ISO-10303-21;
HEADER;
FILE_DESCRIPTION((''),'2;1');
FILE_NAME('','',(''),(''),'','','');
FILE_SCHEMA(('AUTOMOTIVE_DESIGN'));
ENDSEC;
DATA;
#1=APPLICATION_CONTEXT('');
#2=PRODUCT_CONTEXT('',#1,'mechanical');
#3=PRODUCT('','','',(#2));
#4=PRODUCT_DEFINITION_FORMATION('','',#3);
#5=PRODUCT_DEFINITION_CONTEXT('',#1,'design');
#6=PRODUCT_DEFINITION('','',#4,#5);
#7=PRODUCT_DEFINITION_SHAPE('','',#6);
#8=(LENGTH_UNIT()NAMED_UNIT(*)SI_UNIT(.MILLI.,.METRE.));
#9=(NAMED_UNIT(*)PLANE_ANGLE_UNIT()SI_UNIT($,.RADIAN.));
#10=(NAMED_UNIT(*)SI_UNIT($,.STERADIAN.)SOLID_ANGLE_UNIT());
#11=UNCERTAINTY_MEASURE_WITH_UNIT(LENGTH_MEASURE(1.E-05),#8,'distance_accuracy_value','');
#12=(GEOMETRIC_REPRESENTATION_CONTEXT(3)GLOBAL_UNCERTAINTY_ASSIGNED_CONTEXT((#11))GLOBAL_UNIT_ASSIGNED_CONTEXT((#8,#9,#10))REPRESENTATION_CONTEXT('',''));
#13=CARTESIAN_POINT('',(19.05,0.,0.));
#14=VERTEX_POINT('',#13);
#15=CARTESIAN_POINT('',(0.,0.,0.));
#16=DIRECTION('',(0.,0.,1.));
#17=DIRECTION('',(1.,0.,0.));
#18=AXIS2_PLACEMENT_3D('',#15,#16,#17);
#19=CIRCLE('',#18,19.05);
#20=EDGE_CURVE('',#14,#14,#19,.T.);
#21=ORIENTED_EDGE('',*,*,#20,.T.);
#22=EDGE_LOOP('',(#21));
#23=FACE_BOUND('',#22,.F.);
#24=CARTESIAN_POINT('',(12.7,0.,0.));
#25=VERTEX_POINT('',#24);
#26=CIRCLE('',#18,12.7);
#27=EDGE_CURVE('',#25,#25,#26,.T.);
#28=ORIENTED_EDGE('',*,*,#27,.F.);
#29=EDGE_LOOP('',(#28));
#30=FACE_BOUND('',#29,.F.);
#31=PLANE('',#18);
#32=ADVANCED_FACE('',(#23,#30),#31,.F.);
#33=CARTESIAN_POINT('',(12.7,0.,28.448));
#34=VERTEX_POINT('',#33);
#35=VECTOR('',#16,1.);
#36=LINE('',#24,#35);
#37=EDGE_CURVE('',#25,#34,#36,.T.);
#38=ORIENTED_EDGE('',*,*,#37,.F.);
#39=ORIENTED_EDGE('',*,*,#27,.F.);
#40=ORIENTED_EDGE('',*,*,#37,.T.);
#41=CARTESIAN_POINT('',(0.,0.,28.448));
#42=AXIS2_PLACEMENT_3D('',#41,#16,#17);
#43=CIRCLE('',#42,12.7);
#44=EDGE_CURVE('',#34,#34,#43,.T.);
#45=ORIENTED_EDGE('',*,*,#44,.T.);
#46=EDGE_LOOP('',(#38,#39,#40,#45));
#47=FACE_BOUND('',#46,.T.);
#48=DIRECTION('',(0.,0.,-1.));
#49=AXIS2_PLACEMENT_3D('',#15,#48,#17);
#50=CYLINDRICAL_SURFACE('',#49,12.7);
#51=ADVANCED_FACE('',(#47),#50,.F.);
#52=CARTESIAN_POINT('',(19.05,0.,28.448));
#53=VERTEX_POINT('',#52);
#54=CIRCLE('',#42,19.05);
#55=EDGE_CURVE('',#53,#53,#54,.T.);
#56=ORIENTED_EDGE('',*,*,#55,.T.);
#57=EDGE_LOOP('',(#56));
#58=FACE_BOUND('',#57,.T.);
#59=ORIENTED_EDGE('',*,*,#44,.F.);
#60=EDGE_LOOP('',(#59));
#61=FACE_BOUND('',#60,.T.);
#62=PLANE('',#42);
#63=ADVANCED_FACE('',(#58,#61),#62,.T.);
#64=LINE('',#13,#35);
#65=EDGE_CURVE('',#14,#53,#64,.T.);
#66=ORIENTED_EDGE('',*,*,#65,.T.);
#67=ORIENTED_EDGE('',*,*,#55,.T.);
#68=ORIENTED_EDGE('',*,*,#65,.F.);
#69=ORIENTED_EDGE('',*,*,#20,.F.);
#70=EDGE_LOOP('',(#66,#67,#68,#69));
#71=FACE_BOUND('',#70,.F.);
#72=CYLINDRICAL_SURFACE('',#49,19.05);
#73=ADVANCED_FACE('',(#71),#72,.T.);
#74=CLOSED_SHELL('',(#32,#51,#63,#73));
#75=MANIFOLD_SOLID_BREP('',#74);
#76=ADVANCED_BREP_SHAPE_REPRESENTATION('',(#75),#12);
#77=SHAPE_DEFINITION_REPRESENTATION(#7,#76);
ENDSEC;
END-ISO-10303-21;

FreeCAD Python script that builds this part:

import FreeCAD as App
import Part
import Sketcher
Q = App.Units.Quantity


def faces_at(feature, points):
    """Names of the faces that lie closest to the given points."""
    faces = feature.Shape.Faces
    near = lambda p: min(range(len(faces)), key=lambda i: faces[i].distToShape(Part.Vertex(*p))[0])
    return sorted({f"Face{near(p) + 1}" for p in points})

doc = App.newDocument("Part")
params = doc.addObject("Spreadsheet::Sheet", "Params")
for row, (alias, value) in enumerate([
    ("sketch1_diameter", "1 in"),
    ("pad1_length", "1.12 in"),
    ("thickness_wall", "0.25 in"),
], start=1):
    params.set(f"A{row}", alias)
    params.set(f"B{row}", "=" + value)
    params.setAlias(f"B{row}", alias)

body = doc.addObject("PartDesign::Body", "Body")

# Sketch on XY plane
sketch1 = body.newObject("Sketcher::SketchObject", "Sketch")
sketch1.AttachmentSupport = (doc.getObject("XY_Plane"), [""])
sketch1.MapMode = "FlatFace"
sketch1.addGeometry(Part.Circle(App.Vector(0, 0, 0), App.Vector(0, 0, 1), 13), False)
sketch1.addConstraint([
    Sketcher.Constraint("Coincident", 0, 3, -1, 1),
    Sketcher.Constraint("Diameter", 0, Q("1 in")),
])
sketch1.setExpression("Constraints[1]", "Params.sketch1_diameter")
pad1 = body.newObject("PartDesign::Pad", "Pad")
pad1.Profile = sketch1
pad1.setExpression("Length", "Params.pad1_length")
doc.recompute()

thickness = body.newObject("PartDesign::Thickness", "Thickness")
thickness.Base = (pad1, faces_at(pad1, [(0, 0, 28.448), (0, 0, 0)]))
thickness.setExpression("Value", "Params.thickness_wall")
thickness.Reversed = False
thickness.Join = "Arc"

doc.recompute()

--

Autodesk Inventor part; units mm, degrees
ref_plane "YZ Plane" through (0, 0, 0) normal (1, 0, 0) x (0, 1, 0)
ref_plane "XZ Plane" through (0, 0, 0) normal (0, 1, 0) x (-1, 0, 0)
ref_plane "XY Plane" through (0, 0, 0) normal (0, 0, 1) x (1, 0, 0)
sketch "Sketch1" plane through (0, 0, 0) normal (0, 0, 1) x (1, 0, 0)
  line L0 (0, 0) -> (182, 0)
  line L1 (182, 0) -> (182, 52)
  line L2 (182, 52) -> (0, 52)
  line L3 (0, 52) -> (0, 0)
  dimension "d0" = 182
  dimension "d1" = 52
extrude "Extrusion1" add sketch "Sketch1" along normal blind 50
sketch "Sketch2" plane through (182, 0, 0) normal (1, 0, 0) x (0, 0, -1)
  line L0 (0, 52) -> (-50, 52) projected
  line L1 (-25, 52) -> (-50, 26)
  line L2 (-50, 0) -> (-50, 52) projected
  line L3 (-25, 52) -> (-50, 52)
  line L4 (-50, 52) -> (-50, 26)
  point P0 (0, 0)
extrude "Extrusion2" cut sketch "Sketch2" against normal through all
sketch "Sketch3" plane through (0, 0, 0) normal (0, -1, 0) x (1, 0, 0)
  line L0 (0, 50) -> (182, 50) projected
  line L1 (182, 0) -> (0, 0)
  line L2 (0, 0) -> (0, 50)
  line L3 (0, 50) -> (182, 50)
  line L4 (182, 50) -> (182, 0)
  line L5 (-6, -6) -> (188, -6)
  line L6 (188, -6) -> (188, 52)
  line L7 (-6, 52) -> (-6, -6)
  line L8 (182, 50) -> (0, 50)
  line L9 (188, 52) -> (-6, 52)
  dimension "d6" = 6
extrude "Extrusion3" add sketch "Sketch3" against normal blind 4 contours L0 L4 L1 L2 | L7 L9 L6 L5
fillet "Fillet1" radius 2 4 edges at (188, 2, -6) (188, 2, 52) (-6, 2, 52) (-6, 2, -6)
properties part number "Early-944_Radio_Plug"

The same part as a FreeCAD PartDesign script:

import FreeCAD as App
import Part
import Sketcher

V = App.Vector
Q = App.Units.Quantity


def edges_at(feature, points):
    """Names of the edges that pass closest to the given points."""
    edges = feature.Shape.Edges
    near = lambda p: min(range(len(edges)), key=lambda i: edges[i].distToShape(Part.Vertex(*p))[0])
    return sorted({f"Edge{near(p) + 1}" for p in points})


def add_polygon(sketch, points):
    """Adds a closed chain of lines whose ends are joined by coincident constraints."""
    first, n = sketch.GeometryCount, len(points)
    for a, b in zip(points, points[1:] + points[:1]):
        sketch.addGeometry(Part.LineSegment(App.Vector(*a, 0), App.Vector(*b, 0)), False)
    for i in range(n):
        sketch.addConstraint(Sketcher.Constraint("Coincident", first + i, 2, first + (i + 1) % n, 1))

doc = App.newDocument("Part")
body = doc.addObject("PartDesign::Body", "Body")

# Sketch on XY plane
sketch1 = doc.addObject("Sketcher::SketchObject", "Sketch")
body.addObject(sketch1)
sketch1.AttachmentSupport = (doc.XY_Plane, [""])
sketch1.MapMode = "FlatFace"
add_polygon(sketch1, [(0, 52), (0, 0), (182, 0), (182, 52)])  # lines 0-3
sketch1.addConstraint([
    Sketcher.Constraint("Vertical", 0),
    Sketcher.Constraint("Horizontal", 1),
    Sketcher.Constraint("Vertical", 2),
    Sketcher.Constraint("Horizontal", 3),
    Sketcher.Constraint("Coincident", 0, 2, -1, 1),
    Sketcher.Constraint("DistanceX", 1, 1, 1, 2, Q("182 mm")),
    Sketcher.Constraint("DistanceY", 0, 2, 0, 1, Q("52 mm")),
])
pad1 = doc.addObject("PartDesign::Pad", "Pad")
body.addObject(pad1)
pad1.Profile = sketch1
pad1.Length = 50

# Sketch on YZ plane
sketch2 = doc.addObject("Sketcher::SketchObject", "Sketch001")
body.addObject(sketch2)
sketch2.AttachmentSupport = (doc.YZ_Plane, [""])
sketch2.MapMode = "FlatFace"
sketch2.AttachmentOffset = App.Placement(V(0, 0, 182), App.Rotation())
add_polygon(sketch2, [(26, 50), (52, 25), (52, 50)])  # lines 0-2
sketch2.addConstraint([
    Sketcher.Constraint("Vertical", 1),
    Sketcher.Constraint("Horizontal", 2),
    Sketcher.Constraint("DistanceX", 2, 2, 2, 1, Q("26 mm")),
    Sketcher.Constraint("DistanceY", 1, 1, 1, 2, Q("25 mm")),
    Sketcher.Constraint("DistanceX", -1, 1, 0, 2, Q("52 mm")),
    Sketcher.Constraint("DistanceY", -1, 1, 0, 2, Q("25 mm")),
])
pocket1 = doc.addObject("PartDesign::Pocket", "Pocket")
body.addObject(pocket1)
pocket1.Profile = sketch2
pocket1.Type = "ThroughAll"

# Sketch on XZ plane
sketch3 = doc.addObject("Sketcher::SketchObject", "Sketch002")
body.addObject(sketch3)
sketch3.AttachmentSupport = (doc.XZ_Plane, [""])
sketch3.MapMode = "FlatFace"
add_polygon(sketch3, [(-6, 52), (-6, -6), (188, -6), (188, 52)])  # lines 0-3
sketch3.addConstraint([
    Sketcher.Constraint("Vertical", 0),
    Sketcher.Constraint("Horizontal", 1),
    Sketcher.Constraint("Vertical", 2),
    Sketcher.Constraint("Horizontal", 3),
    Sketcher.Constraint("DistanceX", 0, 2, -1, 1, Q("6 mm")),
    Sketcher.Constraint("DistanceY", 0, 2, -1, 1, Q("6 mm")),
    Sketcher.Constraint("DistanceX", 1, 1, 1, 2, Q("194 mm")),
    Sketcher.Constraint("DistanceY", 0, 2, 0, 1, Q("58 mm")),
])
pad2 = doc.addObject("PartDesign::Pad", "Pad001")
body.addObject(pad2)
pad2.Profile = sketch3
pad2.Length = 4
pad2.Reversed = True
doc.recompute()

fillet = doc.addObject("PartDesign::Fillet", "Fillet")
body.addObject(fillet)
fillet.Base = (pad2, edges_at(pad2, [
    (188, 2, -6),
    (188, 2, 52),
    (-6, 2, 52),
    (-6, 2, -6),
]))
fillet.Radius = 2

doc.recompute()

* * *

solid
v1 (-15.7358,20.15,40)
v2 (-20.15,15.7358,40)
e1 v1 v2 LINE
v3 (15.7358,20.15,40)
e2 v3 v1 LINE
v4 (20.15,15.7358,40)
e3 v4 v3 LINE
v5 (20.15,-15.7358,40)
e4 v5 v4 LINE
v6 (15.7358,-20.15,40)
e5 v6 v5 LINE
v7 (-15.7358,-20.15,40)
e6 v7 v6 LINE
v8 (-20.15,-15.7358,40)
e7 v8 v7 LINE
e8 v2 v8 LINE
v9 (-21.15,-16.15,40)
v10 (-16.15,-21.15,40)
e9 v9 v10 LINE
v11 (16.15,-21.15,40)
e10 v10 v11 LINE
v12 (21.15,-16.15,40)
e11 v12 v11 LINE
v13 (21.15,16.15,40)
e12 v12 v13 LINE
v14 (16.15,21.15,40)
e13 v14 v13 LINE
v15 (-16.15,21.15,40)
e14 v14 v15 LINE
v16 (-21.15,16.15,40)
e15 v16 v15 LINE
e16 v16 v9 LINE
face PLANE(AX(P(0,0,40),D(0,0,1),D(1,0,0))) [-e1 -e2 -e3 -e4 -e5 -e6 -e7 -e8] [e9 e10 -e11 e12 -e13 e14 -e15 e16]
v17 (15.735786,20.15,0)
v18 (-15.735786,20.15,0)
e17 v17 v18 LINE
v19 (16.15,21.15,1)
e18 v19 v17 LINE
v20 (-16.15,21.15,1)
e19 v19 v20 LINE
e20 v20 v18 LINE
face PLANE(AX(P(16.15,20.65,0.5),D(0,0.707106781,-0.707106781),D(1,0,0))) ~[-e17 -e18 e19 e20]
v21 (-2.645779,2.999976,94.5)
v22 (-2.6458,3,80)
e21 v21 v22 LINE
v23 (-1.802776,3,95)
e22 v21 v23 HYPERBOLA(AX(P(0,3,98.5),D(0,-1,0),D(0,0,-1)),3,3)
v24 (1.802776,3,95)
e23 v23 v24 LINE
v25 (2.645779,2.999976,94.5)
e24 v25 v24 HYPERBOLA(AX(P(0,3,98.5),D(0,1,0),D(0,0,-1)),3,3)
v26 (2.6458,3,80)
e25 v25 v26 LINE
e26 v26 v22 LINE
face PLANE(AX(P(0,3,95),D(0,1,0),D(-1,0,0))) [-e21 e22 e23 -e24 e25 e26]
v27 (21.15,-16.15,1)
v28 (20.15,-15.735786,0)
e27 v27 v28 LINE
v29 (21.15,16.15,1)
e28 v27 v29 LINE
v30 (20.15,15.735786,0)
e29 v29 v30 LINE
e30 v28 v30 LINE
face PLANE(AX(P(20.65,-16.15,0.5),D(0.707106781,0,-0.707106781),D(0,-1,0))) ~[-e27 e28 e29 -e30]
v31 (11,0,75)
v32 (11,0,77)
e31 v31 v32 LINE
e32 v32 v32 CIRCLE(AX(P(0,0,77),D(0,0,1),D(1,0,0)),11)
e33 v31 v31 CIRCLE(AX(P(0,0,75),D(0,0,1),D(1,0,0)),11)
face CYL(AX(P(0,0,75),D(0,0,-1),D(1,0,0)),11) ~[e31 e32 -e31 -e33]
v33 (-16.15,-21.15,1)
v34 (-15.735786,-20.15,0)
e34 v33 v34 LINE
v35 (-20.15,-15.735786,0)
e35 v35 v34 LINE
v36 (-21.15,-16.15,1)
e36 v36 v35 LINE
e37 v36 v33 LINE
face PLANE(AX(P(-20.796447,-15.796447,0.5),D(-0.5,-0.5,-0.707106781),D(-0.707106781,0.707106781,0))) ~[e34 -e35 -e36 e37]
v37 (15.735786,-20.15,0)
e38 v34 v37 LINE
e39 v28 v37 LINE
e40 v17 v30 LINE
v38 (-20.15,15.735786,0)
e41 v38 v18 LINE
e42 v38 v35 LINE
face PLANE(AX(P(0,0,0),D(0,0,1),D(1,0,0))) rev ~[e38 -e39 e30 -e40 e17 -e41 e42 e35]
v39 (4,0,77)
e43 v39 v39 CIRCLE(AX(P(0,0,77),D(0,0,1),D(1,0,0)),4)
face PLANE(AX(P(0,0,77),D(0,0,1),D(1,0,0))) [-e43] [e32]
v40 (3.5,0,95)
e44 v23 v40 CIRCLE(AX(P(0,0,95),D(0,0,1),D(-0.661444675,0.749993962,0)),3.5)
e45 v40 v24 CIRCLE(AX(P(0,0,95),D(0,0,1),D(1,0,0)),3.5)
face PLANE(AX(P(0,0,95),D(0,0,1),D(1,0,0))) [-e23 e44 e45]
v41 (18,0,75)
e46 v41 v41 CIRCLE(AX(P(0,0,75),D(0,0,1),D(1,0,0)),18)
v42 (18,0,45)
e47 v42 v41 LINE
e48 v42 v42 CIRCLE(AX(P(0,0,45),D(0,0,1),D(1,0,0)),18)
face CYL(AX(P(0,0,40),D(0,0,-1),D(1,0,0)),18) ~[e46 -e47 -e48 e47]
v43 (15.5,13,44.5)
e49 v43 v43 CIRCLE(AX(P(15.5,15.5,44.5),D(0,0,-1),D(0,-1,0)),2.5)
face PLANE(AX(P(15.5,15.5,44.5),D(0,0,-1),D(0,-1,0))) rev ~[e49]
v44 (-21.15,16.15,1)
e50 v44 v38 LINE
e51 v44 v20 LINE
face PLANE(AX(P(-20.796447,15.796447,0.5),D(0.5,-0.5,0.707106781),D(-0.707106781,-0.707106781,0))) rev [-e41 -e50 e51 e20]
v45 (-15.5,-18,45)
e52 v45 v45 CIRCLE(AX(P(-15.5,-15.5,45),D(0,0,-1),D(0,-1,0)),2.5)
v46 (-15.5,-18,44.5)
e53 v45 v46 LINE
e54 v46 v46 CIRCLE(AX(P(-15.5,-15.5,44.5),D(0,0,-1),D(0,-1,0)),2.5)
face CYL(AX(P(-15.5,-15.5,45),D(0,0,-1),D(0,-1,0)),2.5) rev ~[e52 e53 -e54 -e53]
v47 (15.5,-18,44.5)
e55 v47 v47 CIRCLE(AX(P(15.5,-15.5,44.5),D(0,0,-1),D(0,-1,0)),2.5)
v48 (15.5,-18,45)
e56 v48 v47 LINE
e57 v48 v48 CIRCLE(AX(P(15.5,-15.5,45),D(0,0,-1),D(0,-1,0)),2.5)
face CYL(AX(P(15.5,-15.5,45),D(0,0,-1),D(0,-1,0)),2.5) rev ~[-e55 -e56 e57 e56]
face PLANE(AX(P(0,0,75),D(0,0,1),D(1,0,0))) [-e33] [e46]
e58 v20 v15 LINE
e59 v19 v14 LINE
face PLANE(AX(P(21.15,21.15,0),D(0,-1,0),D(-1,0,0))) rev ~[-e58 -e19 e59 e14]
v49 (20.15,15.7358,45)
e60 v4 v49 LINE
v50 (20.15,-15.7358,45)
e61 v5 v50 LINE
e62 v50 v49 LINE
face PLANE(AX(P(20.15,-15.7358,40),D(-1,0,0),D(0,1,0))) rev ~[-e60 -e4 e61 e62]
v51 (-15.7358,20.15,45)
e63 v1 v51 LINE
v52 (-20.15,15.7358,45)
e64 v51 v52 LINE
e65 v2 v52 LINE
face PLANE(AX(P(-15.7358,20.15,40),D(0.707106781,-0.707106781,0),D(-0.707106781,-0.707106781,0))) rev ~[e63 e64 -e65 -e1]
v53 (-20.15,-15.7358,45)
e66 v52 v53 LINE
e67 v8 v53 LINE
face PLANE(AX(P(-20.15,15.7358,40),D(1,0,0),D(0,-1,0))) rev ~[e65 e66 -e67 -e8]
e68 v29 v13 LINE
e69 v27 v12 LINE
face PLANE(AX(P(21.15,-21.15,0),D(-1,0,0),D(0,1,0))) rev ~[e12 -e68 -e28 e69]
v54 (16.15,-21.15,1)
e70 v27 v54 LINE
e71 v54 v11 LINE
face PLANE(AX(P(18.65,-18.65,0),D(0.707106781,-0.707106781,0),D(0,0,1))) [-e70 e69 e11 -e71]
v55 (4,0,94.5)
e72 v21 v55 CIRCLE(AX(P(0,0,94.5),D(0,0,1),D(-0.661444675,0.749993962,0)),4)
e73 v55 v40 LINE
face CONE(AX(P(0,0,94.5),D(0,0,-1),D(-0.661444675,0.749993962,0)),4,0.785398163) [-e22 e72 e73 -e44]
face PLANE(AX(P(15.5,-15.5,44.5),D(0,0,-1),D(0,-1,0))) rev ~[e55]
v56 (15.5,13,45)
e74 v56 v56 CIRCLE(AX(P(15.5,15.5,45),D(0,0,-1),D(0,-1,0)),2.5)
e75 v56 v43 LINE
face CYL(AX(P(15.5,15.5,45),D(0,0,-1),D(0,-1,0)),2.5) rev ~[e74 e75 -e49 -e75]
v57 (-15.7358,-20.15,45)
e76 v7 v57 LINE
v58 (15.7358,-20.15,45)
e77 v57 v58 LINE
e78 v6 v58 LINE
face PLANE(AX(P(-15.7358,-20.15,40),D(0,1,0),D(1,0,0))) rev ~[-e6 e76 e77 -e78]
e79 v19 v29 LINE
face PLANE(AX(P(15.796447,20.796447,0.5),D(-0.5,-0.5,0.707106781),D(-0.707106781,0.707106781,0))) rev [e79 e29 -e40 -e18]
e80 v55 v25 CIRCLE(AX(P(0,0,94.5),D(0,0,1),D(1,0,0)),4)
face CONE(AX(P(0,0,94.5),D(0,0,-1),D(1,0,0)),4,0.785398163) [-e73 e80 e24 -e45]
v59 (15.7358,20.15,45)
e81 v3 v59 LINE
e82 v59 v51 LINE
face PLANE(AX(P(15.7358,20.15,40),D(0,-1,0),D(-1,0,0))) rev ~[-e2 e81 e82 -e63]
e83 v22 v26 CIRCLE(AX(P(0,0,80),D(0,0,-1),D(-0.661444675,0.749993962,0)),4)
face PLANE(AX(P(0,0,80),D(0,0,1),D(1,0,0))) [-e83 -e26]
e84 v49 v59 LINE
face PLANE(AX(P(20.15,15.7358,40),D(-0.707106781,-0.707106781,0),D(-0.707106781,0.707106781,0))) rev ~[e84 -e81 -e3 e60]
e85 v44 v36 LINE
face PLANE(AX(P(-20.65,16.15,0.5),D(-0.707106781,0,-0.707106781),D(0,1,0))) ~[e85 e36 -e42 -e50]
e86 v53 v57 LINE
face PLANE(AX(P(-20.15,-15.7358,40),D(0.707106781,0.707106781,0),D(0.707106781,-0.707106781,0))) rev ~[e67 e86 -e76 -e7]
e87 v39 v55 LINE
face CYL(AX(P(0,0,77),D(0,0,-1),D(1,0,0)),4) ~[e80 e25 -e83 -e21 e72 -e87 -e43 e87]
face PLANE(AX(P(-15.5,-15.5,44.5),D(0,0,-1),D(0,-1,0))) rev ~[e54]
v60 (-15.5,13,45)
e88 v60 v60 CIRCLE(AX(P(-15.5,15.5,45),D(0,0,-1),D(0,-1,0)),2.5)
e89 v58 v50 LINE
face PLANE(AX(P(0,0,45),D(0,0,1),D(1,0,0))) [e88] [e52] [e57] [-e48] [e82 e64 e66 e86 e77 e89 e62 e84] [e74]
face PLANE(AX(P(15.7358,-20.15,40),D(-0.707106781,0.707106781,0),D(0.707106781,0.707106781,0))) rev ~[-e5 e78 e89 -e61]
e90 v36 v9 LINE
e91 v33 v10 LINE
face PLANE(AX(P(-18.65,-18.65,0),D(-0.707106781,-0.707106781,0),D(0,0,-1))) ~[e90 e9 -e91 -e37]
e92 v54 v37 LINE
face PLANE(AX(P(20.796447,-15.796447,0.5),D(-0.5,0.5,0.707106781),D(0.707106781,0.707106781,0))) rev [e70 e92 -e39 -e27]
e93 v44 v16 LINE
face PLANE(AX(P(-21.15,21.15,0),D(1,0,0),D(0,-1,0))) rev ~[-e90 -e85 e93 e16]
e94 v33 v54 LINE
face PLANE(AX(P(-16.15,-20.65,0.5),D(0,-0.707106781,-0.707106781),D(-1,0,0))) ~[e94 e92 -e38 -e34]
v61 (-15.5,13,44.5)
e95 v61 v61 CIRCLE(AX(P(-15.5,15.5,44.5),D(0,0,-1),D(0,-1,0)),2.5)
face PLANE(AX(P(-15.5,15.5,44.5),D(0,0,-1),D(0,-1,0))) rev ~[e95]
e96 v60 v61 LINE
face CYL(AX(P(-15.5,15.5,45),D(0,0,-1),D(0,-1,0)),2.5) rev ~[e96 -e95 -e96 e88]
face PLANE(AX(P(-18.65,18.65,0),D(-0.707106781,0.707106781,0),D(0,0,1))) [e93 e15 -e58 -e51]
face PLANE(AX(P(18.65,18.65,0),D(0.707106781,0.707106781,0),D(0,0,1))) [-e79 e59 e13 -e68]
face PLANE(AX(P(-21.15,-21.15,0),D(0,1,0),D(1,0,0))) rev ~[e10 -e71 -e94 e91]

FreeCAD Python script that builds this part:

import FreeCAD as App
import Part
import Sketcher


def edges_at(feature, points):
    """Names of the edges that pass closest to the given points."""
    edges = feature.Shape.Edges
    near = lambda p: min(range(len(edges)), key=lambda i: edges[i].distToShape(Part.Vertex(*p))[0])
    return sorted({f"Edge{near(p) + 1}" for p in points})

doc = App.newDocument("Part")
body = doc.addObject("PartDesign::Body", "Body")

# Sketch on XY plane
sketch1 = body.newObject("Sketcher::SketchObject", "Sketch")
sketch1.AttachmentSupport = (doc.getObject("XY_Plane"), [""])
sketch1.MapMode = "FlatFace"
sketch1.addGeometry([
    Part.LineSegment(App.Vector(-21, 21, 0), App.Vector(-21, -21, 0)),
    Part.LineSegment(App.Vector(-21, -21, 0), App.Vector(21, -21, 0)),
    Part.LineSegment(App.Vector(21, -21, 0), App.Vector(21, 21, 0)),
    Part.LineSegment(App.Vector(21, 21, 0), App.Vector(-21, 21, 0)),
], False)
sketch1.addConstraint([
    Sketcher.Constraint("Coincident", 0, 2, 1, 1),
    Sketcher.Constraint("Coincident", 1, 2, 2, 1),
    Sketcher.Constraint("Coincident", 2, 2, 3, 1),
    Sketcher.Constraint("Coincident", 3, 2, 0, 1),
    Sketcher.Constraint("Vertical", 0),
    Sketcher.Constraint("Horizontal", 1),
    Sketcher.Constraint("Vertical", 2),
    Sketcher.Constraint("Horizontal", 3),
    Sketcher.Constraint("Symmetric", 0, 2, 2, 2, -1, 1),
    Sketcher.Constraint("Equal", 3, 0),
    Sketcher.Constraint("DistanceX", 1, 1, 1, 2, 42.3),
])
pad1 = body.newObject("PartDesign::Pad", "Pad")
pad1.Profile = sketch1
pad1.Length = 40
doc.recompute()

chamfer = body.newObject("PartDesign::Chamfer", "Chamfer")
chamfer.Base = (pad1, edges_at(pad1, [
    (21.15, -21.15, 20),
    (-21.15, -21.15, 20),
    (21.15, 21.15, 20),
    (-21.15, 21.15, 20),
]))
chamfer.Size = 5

TASK:
State only the number of lines above that contain the word "projected".

FINISHED EXERCISE:
3